今となっては、これらの記述の医学的根拠あるいは実際的出産方法の是非はあるにしても、昭和初期の出産にかかわるあらゆる情報が網羅している点で、この付録小冊子は貴重な歴史的資料である。出産時の、部屋の支度品がことこまかなイラストになっているのを見ても分かるように、美しく、実に分かりやすい。まさに“安産の手引き”として大いに役立ったことだろう。
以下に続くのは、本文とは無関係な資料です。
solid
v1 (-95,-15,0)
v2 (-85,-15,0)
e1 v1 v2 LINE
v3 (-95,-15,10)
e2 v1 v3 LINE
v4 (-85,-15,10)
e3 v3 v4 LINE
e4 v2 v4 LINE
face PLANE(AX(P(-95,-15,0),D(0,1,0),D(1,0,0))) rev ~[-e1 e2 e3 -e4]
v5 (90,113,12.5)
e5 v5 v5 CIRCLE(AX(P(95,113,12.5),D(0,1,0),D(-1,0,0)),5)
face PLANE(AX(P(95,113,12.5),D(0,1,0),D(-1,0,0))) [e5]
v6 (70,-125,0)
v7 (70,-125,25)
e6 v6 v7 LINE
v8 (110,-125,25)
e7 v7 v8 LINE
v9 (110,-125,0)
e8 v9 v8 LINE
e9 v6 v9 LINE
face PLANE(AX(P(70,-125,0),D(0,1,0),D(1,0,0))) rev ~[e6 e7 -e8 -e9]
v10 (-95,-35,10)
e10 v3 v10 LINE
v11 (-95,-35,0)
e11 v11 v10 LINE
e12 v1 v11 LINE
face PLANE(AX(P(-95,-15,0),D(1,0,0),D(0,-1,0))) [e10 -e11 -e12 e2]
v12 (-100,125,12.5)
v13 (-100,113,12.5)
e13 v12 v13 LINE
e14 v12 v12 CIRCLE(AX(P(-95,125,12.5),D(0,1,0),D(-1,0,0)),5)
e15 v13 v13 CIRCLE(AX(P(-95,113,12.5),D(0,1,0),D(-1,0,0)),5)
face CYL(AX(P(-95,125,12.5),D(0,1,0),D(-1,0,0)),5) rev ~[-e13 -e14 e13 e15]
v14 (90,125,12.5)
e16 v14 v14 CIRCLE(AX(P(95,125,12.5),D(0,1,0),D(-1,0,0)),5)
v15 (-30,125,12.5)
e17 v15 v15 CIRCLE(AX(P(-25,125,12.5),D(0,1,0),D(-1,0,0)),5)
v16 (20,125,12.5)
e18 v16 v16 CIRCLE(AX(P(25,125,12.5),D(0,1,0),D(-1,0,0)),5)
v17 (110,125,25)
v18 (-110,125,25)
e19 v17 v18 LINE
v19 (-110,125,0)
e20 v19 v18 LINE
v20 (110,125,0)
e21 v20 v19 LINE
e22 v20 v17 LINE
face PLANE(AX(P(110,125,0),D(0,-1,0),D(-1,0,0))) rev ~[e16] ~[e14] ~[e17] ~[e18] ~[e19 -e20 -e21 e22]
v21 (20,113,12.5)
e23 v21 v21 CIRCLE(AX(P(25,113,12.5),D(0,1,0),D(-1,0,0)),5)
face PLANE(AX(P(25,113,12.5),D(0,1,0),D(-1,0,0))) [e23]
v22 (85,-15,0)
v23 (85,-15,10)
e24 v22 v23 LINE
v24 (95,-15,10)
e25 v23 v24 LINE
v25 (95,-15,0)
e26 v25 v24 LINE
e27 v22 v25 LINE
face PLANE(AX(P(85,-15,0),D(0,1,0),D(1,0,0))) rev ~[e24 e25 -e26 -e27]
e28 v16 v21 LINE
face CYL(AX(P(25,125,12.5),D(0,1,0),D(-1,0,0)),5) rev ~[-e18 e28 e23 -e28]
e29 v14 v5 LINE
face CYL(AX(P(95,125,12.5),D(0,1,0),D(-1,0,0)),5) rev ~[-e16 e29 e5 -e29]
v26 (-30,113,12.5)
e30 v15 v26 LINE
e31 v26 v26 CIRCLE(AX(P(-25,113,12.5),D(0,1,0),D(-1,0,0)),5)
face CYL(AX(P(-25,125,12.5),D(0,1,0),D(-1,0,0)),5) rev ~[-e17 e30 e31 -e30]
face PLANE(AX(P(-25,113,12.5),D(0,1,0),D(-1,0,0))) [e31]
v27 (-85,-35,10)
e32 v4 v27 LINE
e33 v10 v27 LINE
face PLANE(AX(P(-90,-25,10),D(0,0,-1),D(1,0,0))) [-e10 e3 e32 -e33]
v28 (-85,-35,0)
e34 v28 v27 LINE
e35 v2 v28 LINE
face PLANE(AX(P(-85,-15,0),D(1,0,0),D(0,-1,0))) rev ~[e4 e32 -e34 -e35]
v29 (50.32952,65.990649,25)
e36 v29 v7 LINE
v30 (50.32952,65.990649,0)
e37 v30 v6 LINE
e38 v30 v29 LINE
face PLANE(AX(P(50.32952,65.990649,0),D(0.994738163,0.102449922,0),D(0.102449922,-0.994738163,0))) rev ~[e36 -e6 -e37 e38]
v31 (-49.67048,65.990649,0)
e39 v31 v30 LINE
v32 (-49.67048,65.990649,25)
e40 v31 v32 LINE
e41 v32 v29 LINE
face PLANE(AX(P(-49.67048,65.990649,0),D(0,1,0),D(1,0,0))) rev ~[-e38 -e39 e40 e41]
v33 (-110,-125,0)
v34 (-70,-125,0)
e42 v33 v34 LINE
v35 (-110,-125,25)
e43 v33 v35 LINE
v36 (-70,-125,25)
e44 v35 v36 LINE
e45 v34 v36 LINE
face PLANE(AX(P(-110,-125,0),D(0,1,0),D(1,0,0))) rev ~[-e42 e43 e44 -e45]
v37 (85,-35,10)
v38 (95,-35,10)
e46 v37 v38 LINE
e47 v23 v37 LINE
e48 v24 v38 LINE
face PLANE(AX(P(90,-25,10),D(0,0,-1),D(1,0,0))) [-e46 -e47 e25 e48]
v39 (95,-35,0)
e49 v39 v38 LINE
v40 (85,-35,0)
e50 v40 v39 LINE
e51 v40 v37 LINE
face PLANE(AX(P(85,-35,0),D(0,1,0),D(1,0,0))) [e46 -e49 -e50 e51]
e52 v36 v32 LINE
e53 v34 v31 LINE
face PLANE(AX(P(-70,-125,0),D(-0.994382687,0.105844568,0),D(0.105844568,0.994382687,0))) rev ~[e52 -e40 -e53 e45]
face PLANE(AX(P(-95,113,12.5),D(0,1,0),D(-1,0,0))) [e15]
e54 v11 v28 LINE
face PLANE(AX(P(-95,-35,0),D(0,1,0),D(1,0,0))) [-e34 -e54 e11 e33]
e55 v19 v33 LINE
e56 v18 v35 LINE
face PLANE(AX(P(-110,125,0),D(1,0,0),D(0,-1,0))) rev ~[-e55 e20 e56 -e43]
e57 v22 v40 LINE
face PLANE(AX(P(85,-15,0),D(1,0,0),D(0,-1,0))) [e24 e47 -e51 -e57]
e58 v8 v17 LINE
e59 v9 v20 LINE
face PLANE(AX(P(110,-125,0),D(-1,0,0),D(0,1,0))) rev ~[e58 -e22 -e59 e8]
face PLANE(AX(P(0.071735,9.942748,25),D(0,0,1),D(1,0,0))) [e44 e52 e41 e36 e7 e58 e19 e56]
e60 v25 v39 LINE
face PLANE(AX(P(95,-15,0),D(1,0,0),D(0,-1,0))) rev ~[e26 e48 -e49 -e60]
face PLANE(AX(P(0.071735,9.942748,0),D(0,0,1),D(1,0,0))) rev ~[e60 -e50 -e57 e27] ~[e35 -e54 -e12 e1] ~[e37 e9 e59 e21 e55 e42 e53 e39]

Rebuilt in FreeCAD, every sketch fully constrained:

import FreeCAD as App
import Part
import Sketcher

doc = App.newDocument("Part")
body = doc.addObject("PartDesign::Body", "Body")

sketch1 = body.newObject("Sketcher::SketchObject", "Sketch")
sketch1.AttachmentSupport = (doc.getObject("XY_Plane"), [""])
sketch1.MapMode = "FlatFace"
sketch1.addGeometry([
    Part.LineSegment(App.Vector(110, -125, 0), App.Vector(110, 125, 0)),
    Part.LineSegment(App.Vector(110, 125, 0), App.Vector(-110, 125, 0)),
    Part.LineSegment(App.Vector(-110, 125, 0), App.Vector(-110, -125, 0)),
    Part.LineSegment(App.Vector(-110, -125, 0), App.Vector(-70, -125, 0)),
    Part.LineSegment(App.Vector(-70, -125, 0), App.Vector(-50, 66, 0)),
    Part.LineSegment(App.Vector(-50, 66, 0), App.Vector(50, 66, 0)),
    Part.LineSegment(App.Vector(50, 66, 0), App.Vector(70, -125, 0)),
    Part.LineSegment(App.Vector(70, -125, 0), App.Vector(110, -125, 0)),
], False)
sketch1.addConstraint([
    Sketcher.Constraint("Coincident", 0, 2, 1, 1),
    Sketcher.Constraint("Coincident", 1, 2, 2, 1),
    Sketcher.Constraint("Coincident", 2, 2, 3, 1),
    Sketcher.Constraint("Coincident", 3, 2, 4, 1),
    Sketcher.Constraint("Coincident", 4, 2, 5, 1),
    Sketcher.Constraint("Coincident", 5, 2, 6, 1),
    Sketcher.Constraint("Coincident", 6, 2, 7, 1),
    Sketcher.Constraint("Coincident", 7, 2, 0, 1),
    Sketcher.Constraint("Vertical", 0),
    Sketcher.Constraint("Horizontal", 1),
    Sketcher.Constraint("Vertical", 2),
    Sketcher.Constraint("Horizontal", 3),
    Sketcher.Constraint("Horizontal", 5),
    Sketcher.Constraint("Horizontal", 7),
    Sketcher.Constraint("Symmetric", 0, 2, 2, 2, -1, 1),
    Sketcher.Constraint("Symmetric", 3, 2, 6, 2, -2),
    Sketcher.Constraint("DistanceX", 1, 2, 1, 1, 220.0),
    Sketcher.Constraint("DistanceX", 3, 1, 3, 2, 40.0),
    Sketcher.Constraint("DistanceX", 5, 1, 5, 2, 100.0),
    Sketcher.Constraint("DistanceY", 0, 1, 0, 2, 250.0),
    Sketcher.Constraint("DistanceX", 4, 2, -1, 1, 49.67048),
    Sketcher.Constraint("DistanceY", -1, 1, 4, 2, 65.990649),
])
pad1 = body.newObject("PartDesign::Pad", "Pad")
pad1.Profile = sketch1
pad1.Length = 25

sketch2 = body.newObject("Sketcher::SketchObject", "Sketch001")
sketch2.AttachmentSupport = (doc.getObject("XZ_Plane"), [""])
sketch2.MapMode = "FlatFace"
sketch2.AttachmentOffset = App.Placement(App.Vector(0, 0, -125), App.Rotation())
sketch2.addGeometry([
    Part.Circle(App.Vector(-95, 12, 0), App.Vector(0, 0, 1), 5),
    Part.Circle(App.Vector(-25, 12, 0), App.Vector(0, 0, 1), 5),
    Part.Circle(App.Vector(25, 12, 0), App.Vector(0, 0, 1), 5),
    Part.Circle(App.Vector(95, 12, 0), App.Vector(0, 0, 1), 5),
], False)
sketch2.addConstraint([
    Sketcher.Constraint("Equal", 0, 1),
    Sketcher.Constraint("Equal", 1, 2),
    Sketcher.Constraint("Equal", 2, 3),
    Sketcher.Constraint("Symmetric", 1, 3, 2, 3, -2),
    Sketcher.Constraint("Symmetric", 0, 3, 3, 3, -2),
    Sketcher.Constraint("Horizontal", 0, 3, 1, 3),
    Sketcher.Constraint("Diameter", 0, 10.0),
    Sketcher.Constraint("DistanceX", 0, 3, -1, 1, 95.0),
    Sketcher.Constraint("DistanceX", 1, 3, -1, 1, 25.0),
    Sketcher.Constraint("DistanceY", -1, 1, 0, 3, 12.5),
])
pocket1 = body.newObject("PartDesign::Pocket", "Pocket")
pocket1.Profile = sketch2
pocket1.Length = 12
pocket1.Reversed = True

sketch3 = body.newObject("Sketcher::SketchObject", "Sketch002")
sketch3.AttachmentSupport = (doc.getObject("XY_Plane"), [""])
sketch3.MapMode = "FlatFace"
sketch3.addGeometry([
    Part.LineSegment(App.Vector(-95, -35, 0), App.Vector(-95, -15, 0)),
    Part.LineSegment(App.Vector(-95, -15, 0), App.Vector(-85, -15, 0)),
    Part.LineSegment(App.Vector(-85, -15, 0), App.Vector(-85, -35, 0)),
    Part.LineSegment(App.Vector(-85, -35, 0), App.Vector(-95, -35, 0)),
    Part.LineSegment(App.Vector(85, -35, 0), App.Vector(85, -15, 0)),
    Part.LineSegment(App.Vector(85, -15, 0), App.Vector(95, -15, 0)),
    Part.LineSegment(App.Vector(95, -15, 0), App.Vector(95, -35, 0)),
    Part.LineSegment(App.Vector(95, -35, 0), App.Vector(85, -35, 0)),
], False)
sketch3.addConstraint([
    Sketcher.Constraint("Coincident", 0, 2, 1, 1),
    Sketcher.Constraint("Coincident", 1, 2, 2, 1),
    Sketcher.Constraint("Coincident", 2, 2, 3, 1),
    Sketcher.Constraint("Coincident", 3, 2, 0, 1),
    Sketcher.Constraint("Coincident", 4, 2, 5, 1),
    Sketcher.Constraint("Coincident", 5, 2, 6, 1),
    Sketcher.Constraint("Coincident", 6, 2, 7, 1),
    Sketcher.Constraint("Coincident", 7, 2, 4, 1),
    Sketcher.Constraint("Vertical", 0),
    Sketcher.Constraint("Horizontal", 1),
    Sketcher.Constraint("Vertical", 2),
    Sketcher.Constraint("Horizontal", 3),
    Sketcher.Constraint("Vertical", 4),
    Sketcher.Constraint("Horizontal", 5),
    Sketcher.Constraint("Vertical", 6),
    Sketcher.Constraint("Horizontal", 7),
    Sketcher.Constraint("Symmetric", 1, 2, 4, 2, -2),
    Sketcher.Constraint("Symmetric", 3, 2, 6, 2, -2),
    Sketcher.Constraint("DistanceX", 1, 1, 1, 2, 10.0),
    Sketcher.Constraint("DistanceY", 0, 1, 0, 2, 20.0),
    Sketcher.Constraint("DistanceX", 0, 2, -1, 1, 95.0),
    Sketcher.Constraint("DistanceY", 0, 2, -1, 1, 15.0),
])
pocket2 = body.newObject("PartDesign::Pocket", "Pocket001")
pocket2.Profile = sketch3
pocket2.Length = 10
pocket2.Reversed = True

doc.recompute()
やや横道に逸れたことで恐縮だけれど、この小冊子一冊があれば、映像作家ならば、当時の暮らしの中で妊婦の生活から出産までを、ディテールある短篇映画に仕立て上げることが可能なはずだ。それだけの情報が詰まっているのである。
素敵なお産をしようという心持ちは、今も昔も変わらない。若い男子も、女性における出産という人生の大切な局面について、関心を持っていただけることを切に願う。